Most of the program specifics are left out of the bill and will be up to the head of the department to create. If the program director wants to imitate the Richmond model, NEAR participants will be required to create and execute a “life-plan.” The plan mimics a mentorship designed to move them away from a life of violent crime, where, in addition to receiving a stipend of up to $9,000 per year, the participants can travel outside of the state on “horizon-building educational excursions.”

Why Can’t We All Get a Piece of the Pie?

Although being a criminal offender is not a specific distinction within the bill, that’s the general intended direction of recruits. In 2015, the homicide rate in Washington D.C. rose 54% compared to the previous year. McDuffle believes the bill “will address the root cause of violent crime in an effective and sustainable way.”
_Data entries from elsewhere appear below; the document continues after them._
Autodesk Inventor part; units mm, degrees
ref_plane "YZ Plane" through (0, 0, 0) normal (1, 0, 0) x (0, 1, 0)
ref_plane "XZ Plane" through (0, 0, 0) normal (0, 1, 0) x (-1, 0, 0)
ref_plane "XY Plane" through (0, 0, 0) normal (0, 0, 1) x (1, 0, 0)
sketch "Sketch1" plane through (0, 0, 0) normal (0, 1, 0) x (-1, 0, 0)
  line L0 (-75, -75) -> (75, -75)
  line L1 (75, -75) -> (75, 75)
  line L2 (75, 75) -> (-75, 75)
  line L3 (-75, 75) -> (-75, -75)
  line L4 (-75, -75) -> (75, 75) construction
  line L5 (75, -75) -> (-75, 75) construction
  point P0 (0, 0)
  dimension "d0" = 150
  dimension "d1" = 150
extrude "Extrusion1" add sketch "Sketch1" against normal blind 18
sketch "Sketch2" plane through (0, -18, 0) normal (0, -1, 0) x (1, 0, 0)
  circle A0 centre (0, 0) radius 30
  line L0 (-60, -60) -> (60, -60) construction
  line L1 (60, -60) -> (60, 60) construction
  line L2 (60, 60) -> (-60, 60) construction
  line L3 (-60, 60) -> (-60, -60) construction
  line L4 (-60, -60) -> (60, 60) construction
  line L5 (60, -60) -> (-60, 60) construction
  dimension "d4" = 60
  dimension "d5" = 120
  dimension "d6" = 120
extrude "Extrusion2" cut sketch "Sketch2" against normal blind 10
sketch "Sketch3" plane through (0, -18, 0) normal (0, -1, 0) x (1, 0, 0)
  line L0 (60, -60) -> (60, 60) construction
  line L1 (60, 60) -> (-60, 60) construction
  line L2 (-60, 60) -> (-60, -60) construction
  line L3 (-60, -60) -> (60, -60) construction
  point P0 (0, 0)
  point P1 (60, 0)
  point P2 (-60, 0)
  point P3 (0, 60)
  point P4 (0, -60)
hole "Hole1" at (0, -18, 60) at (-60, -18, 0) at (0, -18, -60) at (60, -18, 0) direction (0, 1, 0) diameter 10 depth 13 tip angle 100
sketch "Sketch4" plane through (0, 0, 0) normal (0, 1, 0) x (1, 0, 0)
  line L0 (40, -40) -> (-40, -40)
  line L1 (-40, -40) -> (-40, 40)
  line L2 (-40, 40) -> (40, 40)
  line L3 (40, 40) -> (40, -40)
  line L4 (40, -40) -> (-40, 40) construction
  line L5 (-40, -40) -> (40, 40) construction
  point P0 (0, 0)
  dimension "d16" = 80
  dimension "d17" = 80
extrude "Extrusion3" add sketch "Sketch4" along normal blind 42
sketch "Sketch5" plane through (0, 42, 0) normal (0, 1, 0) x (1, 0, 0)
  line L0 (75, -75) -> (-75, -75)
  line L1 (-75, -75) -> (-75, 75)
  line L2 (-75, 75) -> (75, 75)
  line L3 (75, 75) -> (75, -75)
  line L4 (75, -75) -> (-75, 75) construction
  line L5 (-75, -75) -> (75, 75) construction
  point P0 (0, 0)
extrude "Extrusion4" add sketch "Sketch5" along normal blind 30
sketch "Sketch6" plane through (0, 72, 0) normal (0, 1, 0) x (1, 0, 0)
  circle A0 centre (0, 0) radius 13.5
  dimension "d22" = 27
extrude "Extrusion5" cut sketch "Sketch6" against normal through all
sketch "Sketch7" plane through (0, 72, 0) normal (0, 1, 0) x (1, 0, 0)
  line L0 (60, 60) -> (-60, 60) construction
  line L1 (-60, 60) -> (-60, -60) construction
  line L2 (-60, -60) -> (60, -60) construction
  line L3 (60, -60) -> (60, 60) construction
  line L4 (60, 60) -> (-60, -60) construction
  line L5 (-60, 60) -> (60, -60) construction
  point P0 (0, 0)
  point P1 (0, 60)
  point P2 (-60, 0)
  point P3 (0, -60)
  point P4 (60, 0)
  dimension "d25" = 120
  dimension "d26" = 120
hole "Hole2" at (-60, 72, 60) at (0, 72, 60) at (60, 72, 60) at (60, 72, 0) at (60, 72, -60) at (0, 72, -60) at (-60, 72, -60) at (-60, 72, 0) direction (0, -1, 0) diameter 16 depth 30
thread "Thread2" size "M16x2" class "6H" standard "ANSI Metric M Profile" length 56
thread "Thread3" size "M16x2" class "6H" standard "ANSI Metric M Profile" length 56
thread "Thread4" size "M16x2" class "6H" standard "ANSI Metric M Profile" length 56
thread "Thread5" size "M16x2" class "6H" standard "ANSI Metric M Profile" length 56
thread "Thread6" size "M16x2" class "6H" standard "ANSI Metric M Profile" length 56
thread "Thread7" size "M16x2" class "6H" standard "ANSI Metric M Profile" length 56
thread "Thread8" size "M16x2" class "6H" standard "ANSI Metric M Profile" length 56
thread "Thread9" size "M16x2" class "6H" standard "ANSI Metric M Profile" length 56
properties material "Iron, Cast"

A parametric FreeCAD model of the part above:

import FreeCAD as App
import Part
import Sketcher
Q = App.Units.Quantity


def add_polygon(sketch, points):
    """Adds a closed chain of lines whose ends are joined by coincident constraints."""
    first, n = sketch.GeometryCount, len(points)
    for a, b in zip(points, points[1:] + points[:1]):
        sketch.addGeometry(Part.LineSegment(App.Vector(*a, 0), App.Vector(*b, 0)), False)
    for i in range(n):
        sketch.addConstraint(Sketcher.Constraint("Coincident", first + i, 2, first + (i + 1) % n, 1))

doc = App.newDocument("Part")
body = doc.addObject("PartDesign::Body", "Body")

# Sketch on XZ plane
sketch1 = body.newObject("Sketcher::SketchObject", "Sketch")
sketch1.AttachmentSupport = (doc.getObject("XZ_Plane"), [""])
sketch1.MapMode = "FlatFace"
add_polygon(sketch1, [(75, 75), (75, -75), (-75, -75), (-75, 75)])  # lines 0-3
sketch1.addConstraint(Sketcher.Constraint("Vertical", 0))
sketch1.addConstraint(Sketcher.Constraint("Horizontal", 1))
sketch1.addConstraint(Sketcher.Constraint("Vertical", 2))
sketch1.addConstraint(Sketcher.Constraint("Horizontal", 3))
sketch1.addConstraint(Sketcher.Constraint("Symmetric", 0, 2, 2, 2, -1, 1))
sketch1.addConstraint(Sketcher.Constraint("Equal", 3, 0))
sketch1.addConstraint(Sketcher.Constraint("DistanceX", 1, 2, 1, 1, Q("150 mm")))
pad1 = body.newObject("PartDesign::Pad", "Pad")
pad1.Profile = sketch1
pad1.Length = 18

# Sketch on XZ plane
sketch2 = body.newObject("Sketcher::SketchObject", "Sketch001")
sketch2.AttachmentSupport = (doc.getObject("XZ_Plane"), [""])
sketch2.MapMode = "FlatFace"
sketch2.AttachmentOffset = App.Placement(App.Vector(0, 0, 18), App.Rotation())
sketch2.addGeometry(Part.Circle(App.Vector(0, 0, 0), App.Vector(0, 0, 1), 30), False)
sketch2.addConstraint(Sketcher.Constraint("Coincident", 0, 3, -1, 1))
sketch2.addConstraint(Sketcher.Constraint("Diameter", 0, Q("60 mm")))
pocket1 = body.newObject("PartDesign::Pocket", "Pocket")
pocket1.Profile = sketch2
pocket1.Length = 10

# Sketch on XZ plane
sketch3 = body.newObject("Sketcher::SketchObject", "Sketch002")
sketch3.AttachmentSupport = (doc.getObject("XZ_Plane"), [""])
sketch3.MapMode = "FlatFace"
sketch3.AttachmentOffset = App.Placement(App.Vector(0, 0, 18), App.Rotation())
sketch3.addGeometry(Part.Circle(App.Vector(0, 60, 0), App.Vector(0, 0, 1), 5), False)
sketch3.addGeometry(Part.Circle(App.Vector(-60, 0, 0), App.Vector(0, 0, 1), 5), False)
sketch3.addGeometry(Part.Circle(App.Vector(0, -60, 0), App.Vector(0, 0, 1), 5), False)
sketch3.addGeometry(Part.Circle(App.Vector(60, 0, 0), App.Vector(0, 0, 1), 5), False)
sketch3.addConstraint(Sketcher.Constraint("Equal", 0, 1))
sketch3.addConstraint(Sketcher.Constraint("Equal", 1, 2))
sketch3.addConstraint(Sketcher.Constraint("Equal", 2, 3))
sketch3.addConstraint(Sketcher.Constraint("Symmetric", 0, 3, 2, 3, -1, 1))
sketch3.addConstraint(Sketcher.Constraint("Symmetric", 1, 3, 3, 3, -1, 1))
sketch3.addConstraint(Sketcher.Constraint("PointOnObject", 0, 3, -2))
sketch3.addConstraint(Sketcher.Constraint("PointOnObject", 1, 3, -1))
sketch3.addConstraint(Sketcher.Constraint("Diameter", 0, Q("10 mm")))
sketch3.addConstraint(Sketcher.Constraint("DistanceY", -1, 1, 0, 3, Q("60 mm")))
sketch3.addConstraint(Sketcher.Constraint("DistanceX", 1, 3, -1, 1, Q("60 mm")))
doc.recompute()
hole = body.newObject("PartDesign::Hole", "Hole")
hole.Profile = sketch3
hole.ThreadType = "None"
hole.Diameter = 10
hole.DepthType = "Dimension"
hole.Depth = 13
hole.DrillPoint = "Angled"
hole.DrillPointAngle = 100

# Sketch on XZ plane
sketch4 = body.newObject("Sketcher::SketchObject", "Sketch003")
sketch4.AttachmentSupport = (doc.getObject("XZ_Plane"), [""])
sketch4.MapMode = "FlatFace"
add_polygon(sketch4, [(-40, 40), (40, 40), (40, -40), (-40, -40)])  # lines 0-3
sketch4.addConstraint(Sketcher.Constraint("Horizontal", 0))
sketch4.addConstraint(Sketcher.Constraint("Vertical", 1))
sketch4.addConstraint(Sketcher.Constraint("Horizontal", 2))
sketch4.addConstraint(Sketcher.Constraint("Vertical", 3))
sketch4.addConstraint(Sketcher.Constraint("Symmetric", 0, 2, 2, 2, -1, 1))
sketch4.addConstraint(Sketcher.Constraint("Equal", 2, 1))
sketch4.addConstraint(Sketcher.Constraint("DistanceX", 0, 1, 0, 2, Q("80 mm")))
pad2 = body.newObject("PartDesign::Pad", "Pad001")
pad2.Profile = sketch4
pad2.Length = 42
pad2.Reversed = True

# Sketch on XZ plane
sketch5 = body.newObject("Sketcher::SketchObject", "Sketch004")
sketch5.AttachmentSupport = (doc.getObject("XZ_Plane"), [""])
sketch5.MapMode = "FlatFace"
sketch5.AttachmentOffset = App.Placement(App.Vector(0, 0, -42), App.Rotation())
add_polygon(sketch5, [(-75, 75), (75, 75), (75, -75), (-75, -75)])  # lines 0-3
sketch5.addConstraint(Sketcher.Constraint("Horizontal", 0))
sketch5.addConstraint(Sketcher.Constraint("Vertical", 1))
sketch5.addConstraint(Sketcher.Constraint("Horizontal", 2))
sketch5.addConstraint(Sketcher.Constraint("Vertical", 3))
sketch5.addConstraint(Sketcher.Constraint("Symmetric", 0, 2, 2, 2, -1, 1))
sketch5.addConstraint(Sketcher.Constraint("Equal", 2, 1))
sketch5.addConstraint(Sketcher.Constraint("DistanceX", 0, 1, 0, 2, Q("150 mm")))
pad3 = body.newObject("PartDesign::Pad", "Pad002")
pad3.Profile = sketch5
pad3.Length = 30
pad3.Reversed = True

# Sketch on XZ plane
sketch6 = body.newObject("Sketcher::SketchObject", "Sketch005")
sketch6.AttachmentSupport = (doc.getObject("XZ_Plane"), [""])
sketch6.MapMode = "FlatFace"
sketch6.AttachmentOffset = App.Placement(App.Vector(0, 0, -72), App.Rotation())
sketch6.addGeometry(Part.Circle(App.Vector(0, 0, 0), App.Vector(0, 0, 1), 13.5), False)
sketch6.addConstraint(Sketcher.Constraint("Coincident", 0, 3, -1, 1))
sketch6.addConstraint(Sketcher.Constraint("Diameter", 0, Q("27 mm")))
pocket2 = body.newObject("PartDesign::Pocket", "Pocket001")
pocket2.Profile = sketch6
pocket2.Type = "ThroughAll"
pocket2.Reversed = True

# Sketch on XZ plane
sketch7 = body.newObject("Sketcher::SketchObject", "Sketch006")
sketch7.AttachmentSupport = (doc.getObject("XZ_Plane"), [""])
sketch7.MapMode = "FlatFace"
sketch7.AttachmentOffset = App.Placement(App.Vector(0, 0, -72), App.Rotation())
sketch7.addGeometry(Part.Circle(App.Vector(-60, 60, 0), App.Vector(0, 0, 1), 8), False)
sketch7.addGeometry(Part.Circle(App.Vector(0, 60, 0), App.Vector(0, 0, 1), 8), False)
sketch7.addGeometry(Part.Circle(App.Vector(60, 60, 0), App.Vector(0, 0, 1), 8), False)
sketch7.addGeometry(Part.Circle(App.Vector(60, 0, 0), App.Vector(0, 0, 1), 8), False)
sketch7.addGeometry(Part.Circle(App.Vector(60, -60, 0), App.Vector(0, 0, 1), 8), False)
sketch7.addGeometry(Part.Circle(App.Vector(0, -60, 0), App.Vector(0, 0, 1), 8), False)
sketch7.addGeometry(Part.Circle(App.Vector(-60, -60, 0), App.Vector(0, 0, 1), 8), False)
sketch7.addGeometry(Part.Circle(App.Vector(-60, 0, 0), App.Vector(0, 0, 1), 8), False)
sketch7.addConstraint(Sketcher.Constraint("Equal", 0, 1))
sketch7.addConstraint(Sketcher.Constraint("Equal", 1, 2))
sketch7.addConstraint(Sketcher.Constraint("Equal", 2, 3))
sketch7.addConstraint(Sketcher.Constraint("Equal", 3, 4))
sketch7.addConstraint(Sketcher.Constraint("Equal", 4, 5))
sketch7.addConstraint(Sketcher.Constraint("Equal", 5, 6))
sketch7.addConstraint(Sketcher.Constraint("Equal", 6, 7))
sketch7.addConstraint(Sketcher.Constraint("Symmetric", 0, 3, 4, 3, -1, 1))
sketch7.addConstraint(Sketcher.Constraint("Symmetric", 1, 3, 5, 3, -1, 1))
sketch7.addConstraint(Sketcher.Constraint("Symmetric", 2, 3, 6, 3, -1, 1))
sketch7.addConstraint(Sketcher.Constraint("Symmetric", 3, 3, 7, 3, -1, 1))
sketch7.addConstraint(Sketcher.Constraint("Symmetric", 0, 3, 2, 3, -2))
sketch7.addConstraint(Sketcher.Constraint("PointOnObject", 1, 3, -2))
sketch7.addConstraint(Sketcher.Constraint("PointOnObject", 3, 3, -1))
sketch7.addConstraint(Sketcher.Constraint("Horizontal", 0, 3, 1, 3))
sketch7.addConstraint(Sketcher.Constraint("Vertical", 2, 3, 3, 3))
sketch7.addConstraint(Sketcher.Constraint("Diameter", 0, Q("16 mm")))
sketch7.addConstraint(Sketcher.Constraint("DistanceX", 0, 3, -1, 1, Q("60 mm")))
sketch7.addConstraint(Sketcher.Constraint("DistanceY", -1, 1, 0, 3, Q("60 mm")))
doc.recompute()
hole2 = body.newObject("PartDesign::Hole", "Hole001")
hole2.Profile = sketch7
hole2.ThreadType = "None"
hole2.Diameter = 16
hole2.DepthType = "Dimension"
hole2.Depth = 30
hole2.DrillPoint = "Flat"
hole2.Reversed = True

doc.recompute()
The ONSE will be in charge of identifying, recruiting, and engaging high-risk individuals that may participate or be a victim of violent criminal activity—targeting heavily gun-related teenage and young adult offenders. The ONSE will rely on data obtained from the local police department to decide who qualifies.

Taxpayers Will Bear the Cost

The NEAR plan will cost an estimated $4.9 million over the 4-year plan; $1.6 million of that total will go towards participant stipends. The rest is designated to program salaries, supplies, materials, and program travel.

The key difference between the Richmond model and the NEAR plan is where the stipend funds come from. Although the director may fundraise money for the program, the current plan is to set aside public money. You read that right—public money means taxpayer money. The Richmond program is city-funded, but relies entirely on donors for the stipends and not taxpayers.

Taxpayers pay an estimated $400,000 for the average homicide in the U.S. compared to a mere $70,000 it would cost to pay the stipends. This seems minimal in comparison, but even so, D.C.’s Chief Financial Officer has stated funds are not sufficient within their budget to implement the bill.

Legal Implications Are Not Likely an Issue

Some may want to argue against using tax money to fund the program. That argument isn’t anything new, as many have tried it before in different arenas. Ultimately, the tax arguments fail because Congress has the power to tax and spend for the general welfare.  The purpose of the bill is to stop crime before it happens, ultimately benefitting the general welfare and safety of the citizens–meaning it would survive any tax-based challenges because it serves a legitimate purpose.

The Richmond plan appears to be successful, but many argue the 76% drop in gun-related crime could be to other contributing factors. Those skeptical of the plan’s success say no real data has been provided that proves the drop in crime is owed to the pay-for-peace plan.  Others argue the program served its purpose and gave the participants something to focus their attention on and keep them out of trouble.  Although it’s highly unfair that us every day law-abiding citizens don’t get a chance to make a few extra bucks and go on life-changing trips, when you only consider the latter argument in favor of the bill, it seems like a decent idea.

Even considering the social benefits that may arise out of the bill, the idea of paying criminals to keep the peace doesn’t sit well with most. The bill will face a final vote on March 1 and, if passed, will head to the mayor and Congress.